Mr. BELL: You have to have three elements to produce a fire - a fuel, an oxidizer and some oil igniting the fuel and oxidizer.
ELLIOTT: Your standard torch works when the fuel mixes with the surrounding air and is ignited by a match.
Mr. BELL: That's what's called, usually called the diffusion flame because the air, the oxygen has diffused into the flame from outside. The other kind of flame is a pre-mixed flame, and that's what you get in a Bunsen burner where the fuel and the air, the oxygen in the air are mixed before they get to the flame.
ELLIOTT: Bell says that most modern Olympic torches use a combination of the two types of flames. They have a pilot flame, which runs on fuel that's been pre-mixed with oxygen, so they stay lit. But is anyone with an old-fashioned gas stove at home knows a pilot light burns low and blue, not very photogenic for the crowds watching on TV.

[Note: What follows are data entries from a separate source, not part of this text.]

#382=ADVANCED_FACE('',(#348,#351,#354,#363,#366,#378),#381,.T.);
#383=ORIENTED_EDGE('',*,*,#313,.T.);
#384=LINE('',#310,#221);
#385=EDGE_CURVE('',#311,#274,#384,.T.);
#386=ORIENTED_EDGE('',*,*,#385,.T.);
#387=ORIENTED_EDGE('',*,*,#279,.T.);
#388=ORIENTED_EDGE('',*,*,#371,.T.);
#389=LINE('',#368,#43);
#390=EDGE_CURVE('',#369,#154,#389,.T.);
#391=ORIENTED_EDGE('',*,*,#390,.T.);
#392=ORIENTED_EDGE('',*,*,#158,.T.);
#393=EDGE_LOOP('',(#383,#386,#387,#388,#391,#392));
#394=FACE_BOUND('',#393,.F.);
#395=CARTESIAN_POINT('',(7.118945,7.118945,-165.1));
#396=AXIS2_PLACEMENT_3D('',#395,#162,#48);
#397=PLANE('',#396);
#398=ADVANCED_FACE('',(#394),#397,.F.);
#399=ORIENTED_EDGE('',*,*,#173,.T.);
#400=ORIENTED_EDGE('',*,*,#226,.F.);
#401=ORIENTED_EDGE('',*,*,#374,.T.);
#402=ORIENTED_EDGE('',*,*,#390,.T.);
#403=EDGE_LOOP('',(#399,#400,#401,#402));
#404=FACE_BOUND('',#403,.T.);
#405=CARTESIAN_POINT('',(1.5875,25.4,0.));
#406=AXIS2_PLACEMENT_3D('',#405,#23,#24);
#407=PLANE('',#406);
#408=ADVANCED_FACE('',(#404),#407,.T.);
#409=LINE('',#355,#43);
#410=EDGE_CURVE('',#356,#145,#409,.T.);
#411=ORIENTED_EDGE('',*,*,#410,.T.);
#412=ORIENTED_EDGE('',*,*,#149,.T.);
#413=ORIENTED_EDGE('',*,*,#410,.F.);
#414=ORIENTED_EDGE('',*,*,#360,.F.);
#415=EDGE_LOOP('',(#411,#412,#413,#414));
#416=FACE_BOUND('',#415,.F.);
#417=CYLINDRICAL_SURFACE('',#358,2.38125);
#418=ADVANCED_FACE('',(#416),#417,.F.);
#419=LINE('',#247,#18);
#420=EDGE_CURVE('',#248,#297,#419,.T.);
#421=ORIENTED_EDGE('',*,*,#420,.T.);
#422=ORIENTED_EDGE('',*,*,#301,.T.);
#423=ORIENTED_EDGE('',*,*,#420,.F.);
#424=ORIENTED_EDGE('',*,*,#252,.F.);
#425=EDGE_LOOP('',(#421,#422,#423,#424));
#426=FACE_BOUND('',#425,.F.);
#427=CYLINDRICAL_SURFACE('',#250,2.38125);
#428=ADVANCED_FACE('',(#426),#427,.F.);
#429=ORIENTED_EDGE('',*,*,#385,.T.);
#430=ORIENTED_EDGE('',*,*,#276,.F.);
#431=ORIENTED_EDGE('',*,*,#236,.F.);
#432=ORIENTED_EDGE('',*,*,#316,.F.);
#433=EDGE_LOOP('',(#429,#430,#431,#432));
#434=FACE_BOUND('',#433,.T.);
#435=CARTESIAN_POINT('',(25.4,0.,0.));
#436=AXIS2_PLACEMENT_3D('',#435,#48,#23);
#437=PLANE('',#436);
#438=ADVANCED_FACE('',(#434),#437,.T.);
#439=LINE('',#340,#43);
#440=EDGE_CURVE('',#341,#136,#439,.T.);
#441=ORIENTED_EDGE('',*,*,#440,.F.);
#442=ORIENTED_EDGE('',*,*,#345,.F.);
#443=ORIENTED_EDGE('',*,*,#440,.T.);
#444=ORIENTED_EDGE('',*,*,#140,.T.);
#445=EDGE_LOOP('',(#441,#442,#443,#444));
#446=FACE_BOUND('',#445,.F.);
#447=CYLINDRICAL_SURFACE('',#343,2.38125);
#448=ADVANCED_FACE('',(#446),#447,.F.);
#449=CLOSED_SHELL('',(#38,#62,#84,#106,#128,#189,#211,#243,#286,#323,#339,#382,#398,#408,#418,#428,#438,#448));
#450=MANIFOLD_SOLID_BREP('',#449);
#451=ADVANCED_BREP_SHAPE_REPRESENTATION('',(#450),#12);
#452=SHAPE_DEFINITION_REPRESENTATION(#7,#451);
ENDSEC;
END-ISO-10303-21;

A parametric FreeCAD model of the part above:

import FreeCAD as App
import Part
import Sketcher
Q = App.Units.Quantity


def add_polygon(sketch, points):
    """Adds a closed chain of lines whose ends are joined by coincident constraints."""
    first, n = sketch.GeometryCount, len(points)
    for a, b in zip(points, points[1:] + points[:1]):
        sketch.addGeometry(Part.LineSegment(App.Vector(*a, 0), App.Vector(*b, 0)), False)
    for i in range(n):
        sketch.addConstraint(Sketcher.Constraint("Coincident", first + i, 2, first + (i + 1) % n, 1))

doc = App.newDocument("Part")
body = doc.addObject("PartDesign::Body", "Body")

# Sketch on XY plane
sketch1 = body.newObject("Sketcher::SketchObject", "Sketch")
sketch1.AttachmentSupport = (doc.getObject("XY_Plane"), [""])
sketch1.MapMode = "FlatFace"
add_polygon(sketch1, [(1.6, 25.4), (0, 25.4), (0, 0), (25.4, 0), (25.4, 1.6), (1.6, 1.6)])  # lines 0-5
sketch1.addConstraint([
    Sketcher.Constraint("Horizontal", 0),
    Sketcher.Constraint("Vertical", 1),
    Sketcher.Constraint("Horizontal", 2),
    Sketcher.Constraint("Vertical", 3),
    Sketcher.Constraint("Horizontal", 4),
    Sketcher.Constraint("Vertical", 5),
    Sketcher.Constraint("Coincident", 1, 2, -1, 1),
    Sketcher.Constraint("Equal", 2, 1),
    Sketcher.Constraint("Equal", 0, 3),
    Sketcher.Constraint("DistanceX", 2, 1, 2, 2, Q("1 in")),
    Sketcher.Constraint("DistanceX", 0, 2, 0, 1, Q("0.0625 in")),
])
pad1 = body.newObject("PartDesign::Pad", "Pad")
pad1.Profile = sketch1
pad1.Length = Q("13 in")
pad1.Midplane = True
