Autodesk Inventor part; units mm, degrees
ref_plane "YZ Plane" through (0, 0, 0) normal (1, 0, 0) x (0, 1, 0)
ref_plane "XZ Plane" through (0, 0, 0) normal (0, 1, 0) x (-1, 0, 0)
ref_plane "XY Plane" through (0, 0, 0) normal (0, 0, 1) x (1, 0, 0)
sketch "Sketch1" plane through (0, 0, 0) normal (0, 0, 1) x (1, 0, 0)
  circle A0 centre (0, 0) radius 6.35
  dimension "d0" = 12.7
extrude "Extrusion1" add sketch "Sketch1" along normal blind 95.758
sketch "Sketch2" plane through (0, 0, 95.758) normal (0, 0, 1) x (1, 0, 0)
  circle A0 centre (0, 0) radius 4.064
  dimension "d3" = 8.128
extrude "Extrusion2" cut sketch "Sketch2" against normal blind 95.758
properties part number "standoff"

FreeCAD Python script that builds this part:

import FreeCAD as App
import Part
import Sketcher

V = App.Vector
Q = App.Units.Quantity

doc = App.newDocument("Part")
params = doc.addObject("Spreadsheet::Sheet", "Params")
for row, (alias, value) in enumerate([
    ("sketch1_diameter", "0.5 in"),
    ("pad1_length", "3.77 in"),
    ("sketch2_diameter", "0.32 in"),
    ("pocket1_length", "3.77 in"),
], start=1):
    params.set(f"A{row}", alias)
    params.set(f"B{row}", "=" + value)
    params.setAlias(f"B{row}", alias)

body = doc.addObject("PartDesign::Body", "Body")

# Sketch on XY plane
sketch1 = doc.addObject("Sketcher::SketchObject", "Sketch")
body.addObject(sketch1)
sketch1.AttachmentSupport = (doc.XY_Plane, [""])
sketch1.MapMode = "FlatFace"
sketch1.addGeometry(Part.Circle(V(0, 0, 0), V(0, 0, 1), 6.35), False)
sketch1.addConstraint([
    Sketcher.Constraint("Coincident", 0, 3, -1, 1),
    Sketcher.Constraint("Diameter", 0, Q("0.5 in")),
])
sketch1.setExpression("Constraints[1]", "Params.sketch1_diameter")
pad1 = doc.addObject("PartDesign::Pad", "Pad")
body.addObject(pad1)
pad1.Profile = sketch1
pad1.setExpression("Length", "Params.pad1_length")

# Sketch on XY plane
sketch2 = doc.addObject("Sketcher::SketchObject", "Sketch001")
body.addObject(sketch2)
sketch2.AttachmentSupport = (doc.XY_Plane, [""])
sketch2.MapMode = "FlatFace"
sketch2.AttachmentOffset = App.Placement(V(0, 0, 3.77 * 25.4), App.Rotation())
sketch2.addGeometry(Part.Circle(V(0, 0, 0), V(0, 0, 1), 4.064), False)
sketch2.addConstraint([
    Sketcher.Constraint("Coincident", 0, 3, -1, 1),
    Sketcher.Constraint("Diameter", 0, Q("0.32 in")),
])
sketch2.setExpression("Constraints[1]", "Params.sketch2_diameter")
pocket1 = doc.addObject("PartDesign::Pocket", "Pocket")
body.addObject(pocket1)
pocket1.Profile = sketch2
pocket1.setExpression("Length", "Params.pocket1_length")

doc.recompute()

So part of the Olympic torch's fuel is diverted to a spot just above the pilot flame. When this fuel ignites, it burns a luminous yellow as it interacts with the surrounding oxygen. This kind of torch works in most altitudes, but on Everest where the air is rare, there may not be enough oxygen to keep even the pilot flame alive.

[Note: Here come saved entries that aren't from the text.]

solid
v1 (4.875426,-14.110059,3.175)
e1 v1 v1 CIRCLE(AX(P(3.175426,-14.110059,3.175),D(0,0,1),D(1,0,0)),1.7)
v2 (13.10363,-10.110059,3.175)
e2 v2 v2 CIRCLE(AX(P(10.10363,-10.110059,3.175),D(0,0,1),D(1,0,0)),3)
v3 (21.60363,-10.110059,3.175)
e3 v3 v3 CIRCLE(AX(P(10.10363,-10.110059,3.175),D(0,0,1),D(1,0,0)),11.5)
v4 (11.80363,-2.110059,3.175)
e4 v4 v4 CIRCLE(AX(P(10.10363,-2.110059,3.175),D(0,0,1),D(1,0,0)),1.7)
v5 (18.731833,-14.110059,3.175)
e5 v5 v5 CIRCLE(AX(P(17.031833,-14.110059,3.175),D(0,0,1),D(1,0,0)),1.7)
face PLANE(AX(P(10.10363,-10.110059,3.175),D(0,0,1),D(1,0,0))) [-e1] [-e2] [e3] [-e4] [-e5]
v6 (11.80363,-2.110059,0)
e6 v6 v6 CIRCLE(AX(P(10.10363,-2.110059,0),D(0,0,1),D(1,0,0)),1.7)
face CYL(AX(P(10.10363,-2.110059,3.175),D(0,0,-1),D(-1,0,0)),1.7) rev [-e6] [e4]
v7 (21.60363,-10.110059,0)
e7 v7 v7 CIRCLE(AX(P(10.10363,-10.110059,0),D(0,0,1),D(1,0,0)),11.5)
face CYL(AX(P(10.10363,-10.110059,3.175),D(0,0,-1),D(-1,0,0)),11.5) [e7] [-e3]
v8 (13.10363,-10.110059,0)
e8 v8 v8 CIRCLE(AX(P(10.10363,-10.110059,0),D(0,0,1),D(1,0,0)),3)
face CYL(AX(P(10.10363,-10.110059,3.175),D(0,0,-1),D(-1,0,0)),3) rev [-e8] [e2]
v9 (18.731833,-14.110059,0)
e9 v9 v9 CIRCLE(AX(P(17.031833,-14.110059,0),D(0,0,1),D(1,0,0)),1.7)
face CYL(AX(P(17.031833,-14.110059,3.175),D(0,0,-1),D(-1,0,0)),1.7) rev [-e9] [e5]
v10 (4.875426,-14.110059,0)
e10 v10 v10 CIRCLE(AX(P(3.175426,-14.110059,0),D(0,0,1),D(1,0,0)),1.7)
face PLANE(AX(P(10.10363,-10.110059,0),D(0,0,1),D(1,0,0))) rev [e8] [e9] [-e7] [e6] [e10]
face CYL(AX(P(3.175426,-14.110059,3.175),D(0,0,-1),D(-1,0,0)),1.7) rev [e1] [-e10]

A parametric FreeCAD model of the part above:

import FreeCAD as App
import Part
import Sketcher

V = App.Vector

doc = App.newDocument("Part")
params = doc.addObject("Spreadsheet::Sheet", "Params")
for row, (alias, value) in enumerate([
    ("sketch1_diameter", "23 mm"),
    ("sketch1_diameter2", "6 mm"),
    ("sketch1_diameter3", "3.4 mm"),
    ("pad1_length", "3.175 mm"),
], start=1):
    params.set(f"A{row}", alias)
    params.set(f"B{row}", "=" + value)
    params.setAlias(f"B{row}", alias)

body = doc.addObject("PartDesign::Body", "Body")

sketch1 = body.newObject("Sketcher::SketchObject", "Sketch")
sketch1.AttachmentSupport = (doc.getObject("XY_Plane"), [""])
sketch1.MapMode = "FlatFace"
sketch1.addGeometry([
    Part.Circle(V(10.1, -10.1, 0), V(0, 0, 1), 11.5),
    Part.Circle(V(3.2, -14.1, 0), V(0, 0, 1), 1.7),
    Part.Circle(V(17, -14.1, 0), V(0, 0, 1), 1.7),
    Part.Circle(V(10.1, -10.1, 0), V(0, 0, 1), 3),
    Part.Circle(V(10.1, -2.1, 0), V(0, 0, 1), 1.7),
], False)
sketch1.addConstraint([
    Sketcher.Constraint("Coincident", 3, 3, 0, 3),
    Sketcher.Constraint("Equal", 1, 2),
    Sketcher.Constraint("Equal", 2, 4),
    Sketcher.Constraint("Horizontal", 1, 3, 2, 3),
    Sketcher.Constraint("Vertical", 3, 3, 4, 3),
    Sketcher.Constraint("Diameter", 0, 23.0),
    Sketcher.Constraint("Diameter", 3, 6.0),
    Sketcher.Constraint("Diameter", 1, 3.4),
    Sketcher.Constraint("DistanceY", 1, 3, 0, 3, 4.0),
    Sketcher.Constraint("DistanceY", 0, 3, 4, 3, 8.0),
    Sketcher.Constraint("DistanceX", -1, 1, 0, 3, 10.10363),
    Sketcher.Constraint("DistanceY", 0, 3, -1, 1, 10.110059),
    Sketcher.Constraint("DistanceX", -1, 1, 1, 3, 3.175426),
    Sketcher.Constraint("DistanceX", -1, 1, 2, 3, 17.031833),
])
sketch1.setExpression("Constraints[5]", "Params.sketch1_diameter")
sketch1.setExpression("Constraints[6]", "Params.sketch1_diameter2")
sketch1.setExpression("Constraints[7]", "Params.sketch1_diameter3")
pad1 = body.newObject("PartDesign::Pad", "Pad")
pad1.Profile = sketch1
pad1.setExpression("Length", "Params.pad1_length")

doc.recompute()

So like the mountain climbers themselves, the torch may need its own oxygen supply. And engineers at the China Aerospace Science and Industry Corporation are still testing different systems to see what will work on the mountain. But then there's the question of wind, and why if it contains oxygen, does it sometimes blow out a flame. For one, it can lower the temperature too much, and also…
Mr. BELL: What wind can do is simply drive the fuel away by pushing it away from the flame. No fuel, no flame.
ELLIOTT: And in its current design, the Olympic torch is built to withstand 40-mile an hour winds, not the 100-mile an hour howlers that it might encounter on Everest. So Chinese engineers have their work cut out for them but they won't be the first to test the limits of a torch.
Mr. BELL: Oh, certainly the most trying one was underwater at the Great Barrier Reef for the Australian Olympics. They have to rig the torch for that one. They've used a flare, basically, an underwater flare. But that's probably the most strenuous conditions that anybody has tried.
ELLIOTT: Jerry Bell is optimistic the Chinese will come up with a torch that's up to Everest, and the Chinese are, too. They have even covered the 2008 torch with a pattern of red squiggly clouds, a symbol of luck that seems well suited for summiting the world's mightiest peak.